The Fear of losing life Old Light (1646) was his farewell discourse to his Exeter friends. Under the Articles of Surrender Fuller made his composition with the government at London, his "delinquency" being that he had been present in the king's garrisons. In Andronicus, or the Unfortunate Politician (1646), partly authentic and partly fictitious, he satirized the leaders of the Revolution; and for the comfort of sufferers by the war he issued (1647) a second devotional manual, entitled Good Thoughts in Worse Times, abounding in fervent aspirations, and drawing moral lessons in beautiful language out of the events of his life or the circumstances of the time. In grief over his losses, which included his library and manuscripts (his "upper and nether millstone"), and over the calamities of the country, he wrote his work on the Cause and Cure of a Wounded Conscience (1647). It was prepared at Boughton House in his native county, where he and his son were entertained by Edward Lord Montagu, who had been one of his contemporaries at the university and had taken the side of the parliament. For the next few years of his life Fuller was mainly dependent upon his dealings with booksellers, of whom he asserted that none had ever lost by him. He made considerable progress in an English translation from the manuscript of the Annales of his friend Archbishop Ussher.
Amongst his benefactors was Sir John Danvers of Chelsea, the regicide. Fuller in 1647 began to preach at St Clement's, Eastcheap, and elsewhere in the capacity of lecturer. While at St Clement's he was suspended; but soon recovered his freedom and preached wherever he was invited. At Chelsea, where also he occasionally officiated, he covertly preached a sermon on the death of Charles, but he did not break with his Roundhead patrons. James Hay, 2nd Earl of Carlisle made him his chaplain, and presented him in 1648 or 1649 to the curacy of Waltham Abbey. His possession of the living was in jeopardy on the appointment of Oliver Cromwell's "Tryers"; but he evaded their inquisitorial questions by his ready wit. He was not disturbed at Waltham in 1655, when the Protector's edict prohibited the adherents of the late king from preaching.

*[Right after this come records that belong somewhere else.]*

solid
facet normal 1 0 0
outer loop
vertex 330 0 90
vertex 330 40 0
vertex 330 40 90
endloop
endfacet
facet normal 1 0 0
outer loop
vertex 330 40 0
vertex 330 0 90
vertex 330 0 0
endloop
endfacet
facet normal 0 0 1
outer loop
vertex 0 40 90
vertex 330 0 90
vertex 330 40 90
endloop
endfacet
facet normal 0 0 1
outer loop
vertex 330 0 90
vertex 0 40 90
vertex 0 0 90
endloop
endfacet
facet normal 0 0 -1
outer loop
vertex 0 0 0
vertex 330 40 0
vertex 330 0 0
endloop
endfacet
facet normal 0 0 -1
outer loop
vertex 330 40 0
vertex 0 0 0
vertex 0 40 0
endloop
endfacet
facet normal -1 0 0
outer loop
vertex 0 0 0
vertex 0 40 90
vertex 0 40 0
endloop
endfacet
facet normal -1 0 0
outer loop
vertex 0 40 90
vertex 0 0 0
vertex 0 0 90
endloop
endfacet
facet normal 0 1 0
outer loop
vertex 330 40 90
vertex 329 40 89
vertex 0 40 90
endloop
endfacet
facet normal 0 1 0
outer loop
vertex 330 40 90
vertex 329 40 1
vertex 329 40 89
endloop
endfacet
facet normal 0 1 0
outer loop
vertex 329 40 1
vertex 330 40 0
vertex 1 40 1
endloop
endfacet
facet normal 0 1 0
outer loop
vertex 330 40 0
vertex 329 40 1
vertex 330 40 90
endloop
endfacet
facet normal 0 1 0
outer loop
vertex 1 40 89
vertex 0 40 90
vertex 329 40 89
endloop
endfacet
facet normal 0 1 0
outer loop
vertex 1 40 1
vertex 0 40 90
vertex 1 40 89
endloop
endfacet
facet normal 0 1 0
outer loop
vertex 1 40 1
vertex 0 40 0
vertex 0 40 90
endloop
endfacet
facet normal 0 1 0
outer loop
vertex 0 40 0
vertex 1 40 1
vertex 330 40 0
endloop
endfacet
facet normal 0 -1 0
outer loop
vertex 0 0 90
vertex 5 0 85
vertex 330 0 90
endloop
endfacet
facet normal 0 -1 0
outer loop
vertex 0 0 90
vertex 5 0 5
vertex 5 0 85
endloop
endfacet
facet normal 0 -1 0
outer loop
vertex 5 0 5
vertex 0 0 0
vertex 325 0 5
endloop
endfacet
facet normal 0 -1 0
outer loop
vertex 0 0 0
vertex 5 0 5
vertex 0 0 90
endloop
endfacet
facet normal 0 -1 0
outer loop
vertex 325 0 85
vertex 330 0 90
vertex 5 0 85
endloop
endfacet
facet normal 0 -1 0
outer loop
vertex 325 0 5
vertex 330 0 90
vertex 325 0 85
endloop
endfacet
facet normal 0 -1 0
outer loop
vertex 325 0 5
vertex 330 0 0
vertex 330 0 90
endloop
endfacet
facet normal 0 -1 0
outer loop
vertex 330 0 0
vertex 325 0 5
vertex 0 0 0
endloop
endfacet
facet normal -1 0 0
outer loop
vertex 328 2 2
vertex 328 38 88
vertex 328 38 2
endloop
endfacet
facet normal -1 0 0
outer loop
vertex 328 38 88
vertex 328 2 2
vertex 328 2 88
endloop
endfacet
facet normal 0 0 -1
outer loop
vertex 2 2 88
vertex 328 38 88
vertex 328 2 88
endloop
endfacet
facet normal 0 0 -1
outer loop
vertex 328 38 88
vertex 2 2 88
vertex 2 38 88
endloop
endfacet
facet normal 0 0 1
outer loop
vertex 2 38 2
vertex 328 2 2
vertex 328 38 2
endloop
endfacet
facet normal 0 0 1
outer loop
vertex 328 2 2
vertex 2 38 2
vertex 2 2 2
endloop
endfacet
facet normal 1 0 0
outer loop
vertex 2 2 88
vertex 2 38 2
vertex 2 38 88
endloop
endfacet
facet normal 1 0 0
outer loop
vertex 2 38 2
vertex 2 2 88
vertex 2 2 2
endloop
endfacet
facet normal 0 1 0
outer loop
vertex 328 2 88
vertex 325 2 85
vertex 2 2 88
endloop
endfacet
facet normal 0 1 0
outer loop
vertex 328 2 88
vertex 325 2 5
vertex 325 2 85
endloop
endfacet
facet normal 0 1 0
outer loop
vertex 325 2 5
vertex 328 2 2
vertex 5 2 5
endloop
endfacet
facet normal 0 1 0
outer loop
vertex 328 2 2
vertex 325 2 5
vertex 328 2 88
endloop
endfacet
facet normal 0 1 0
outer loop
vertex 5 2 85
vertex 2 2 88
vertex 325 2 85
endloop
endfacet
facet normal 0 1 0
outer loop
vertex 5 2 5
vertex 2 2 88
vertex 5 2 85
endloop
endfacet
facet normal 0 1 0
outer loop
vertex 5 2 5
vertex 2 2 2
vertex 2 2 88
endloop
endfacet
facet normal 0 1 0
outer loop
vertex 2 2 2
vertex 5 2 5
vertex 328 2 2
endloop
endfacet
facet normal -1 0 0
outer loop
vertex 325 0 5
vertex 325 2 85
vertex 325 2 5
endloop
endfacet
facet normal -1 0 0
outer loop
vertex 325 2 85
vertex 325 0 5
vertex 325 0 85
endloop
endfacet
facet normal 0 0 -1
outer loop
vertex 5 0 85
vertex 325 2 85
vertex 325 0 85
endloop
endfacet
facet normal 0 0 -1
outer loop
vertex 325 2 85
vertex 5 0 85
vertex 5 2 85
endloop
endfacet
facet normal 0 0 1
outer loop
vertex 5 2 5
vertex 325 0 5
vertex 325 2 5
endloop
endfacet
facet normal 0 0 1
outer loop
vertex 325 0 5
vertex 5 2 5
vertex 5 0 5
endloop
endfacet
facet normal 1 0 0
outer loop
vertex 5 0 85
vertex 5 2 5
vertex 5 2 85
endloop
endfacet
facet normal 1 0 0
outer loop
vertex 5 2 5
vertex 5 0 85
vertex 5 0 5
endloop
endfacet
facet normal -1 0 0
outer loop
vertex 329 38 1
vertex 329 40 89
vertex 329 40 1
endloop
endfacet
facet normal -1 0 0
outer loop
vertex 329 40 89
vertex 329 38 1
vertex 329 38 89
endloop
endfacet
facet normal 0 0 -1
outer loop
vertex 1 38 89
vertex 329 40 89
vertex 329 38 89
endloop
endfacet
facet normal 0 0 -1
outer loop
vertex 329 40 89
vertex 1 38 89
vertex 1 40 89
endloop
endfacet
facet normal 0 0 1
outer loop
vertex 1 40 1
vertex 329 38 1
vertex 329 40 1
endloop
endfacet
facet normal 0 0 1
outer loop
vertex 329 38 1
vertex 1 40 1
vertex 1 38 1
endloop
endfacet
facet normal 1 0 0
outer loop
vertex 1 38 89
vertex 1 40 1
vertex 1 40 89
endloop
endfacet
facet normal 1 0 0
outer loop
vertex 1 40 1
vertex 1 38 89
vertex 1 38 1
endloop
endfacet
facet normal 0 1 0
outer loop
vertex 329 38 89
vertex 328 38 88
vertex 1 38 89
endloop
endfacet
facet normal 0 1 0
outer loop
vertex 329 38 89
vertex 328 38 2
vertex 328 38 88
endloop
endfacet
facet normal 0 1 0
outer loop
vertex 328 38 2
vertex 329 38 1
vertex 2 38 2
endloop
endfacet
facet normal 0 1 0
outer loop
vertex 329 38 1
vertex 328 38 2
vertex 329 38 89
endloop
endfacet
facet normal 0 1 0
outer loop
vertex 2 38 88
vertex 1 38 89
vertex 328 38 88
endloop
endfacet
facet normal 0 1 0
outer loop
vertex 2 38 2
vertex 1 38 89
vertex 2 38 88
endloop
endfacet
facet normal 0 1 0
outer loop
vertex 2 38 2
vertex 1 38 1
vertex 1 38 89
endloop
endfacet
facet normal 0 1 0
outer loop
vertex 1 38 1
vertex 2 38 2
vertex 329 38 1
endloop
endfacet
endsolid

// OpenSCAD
$fn = 20;

width = 330;
height = 90;
depth = 40;

border = 2;
matrice_border = 5;

difference() {
	cube([width, depth, height]);
	// empty cube inside
	translate([border, border, border])
		cube([width - border * 2, depth - border, height - border * 2]);
	// border for the matrice
	translate([matrice_border, 0, matrice_border])
		cube([width - matrice_border * 2, depth, height - matrice_border * 2]);
	// gap at the bottom
	translate([border / 2, depth - border, border / 2])
		cube([width - border, depth, height - border]);
}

There is good reason to suppose that Fuller was at the Hague immediately before the Restoration, in the retinue of Lord Berkeley, one of the commissioners of the House of Lords, whose last service to his friend was to interest himself in obtaining him a bishopric. A Panegyrick to His Majesty on his Happy Return, one of the many contemporary poems celebrating the restoration of Charles II, was the last of Fuller's verse efforts.
On 2 August, by royal letters, he was admitted Doctor of Divinity at Cambridge. He resumed his lectures at the Savoy, where Samuel Pepys heard him preach; but he preferred his conversation or his books to his sermons. Fuller's last promotion was that of Chaplain Extraordinary to Charles II.
In the summer of 1661 Fuller visited the West in connexion with the business of his prebend, which had been restored to him. On Sunday 12 August, while preaching at the Savoy, he was seized with typhus fever, and died at his new lodgings in Covent Garden on 16 August. He was buried in Cranford church, where a mural tablet was afterwards set up on the north side of the chancel, with an epitaph which contains a conceit worthy of his own pen, to the effect that while he was endeavouring (viz, in. The Worthies) to give immortality to others, he himself attained it.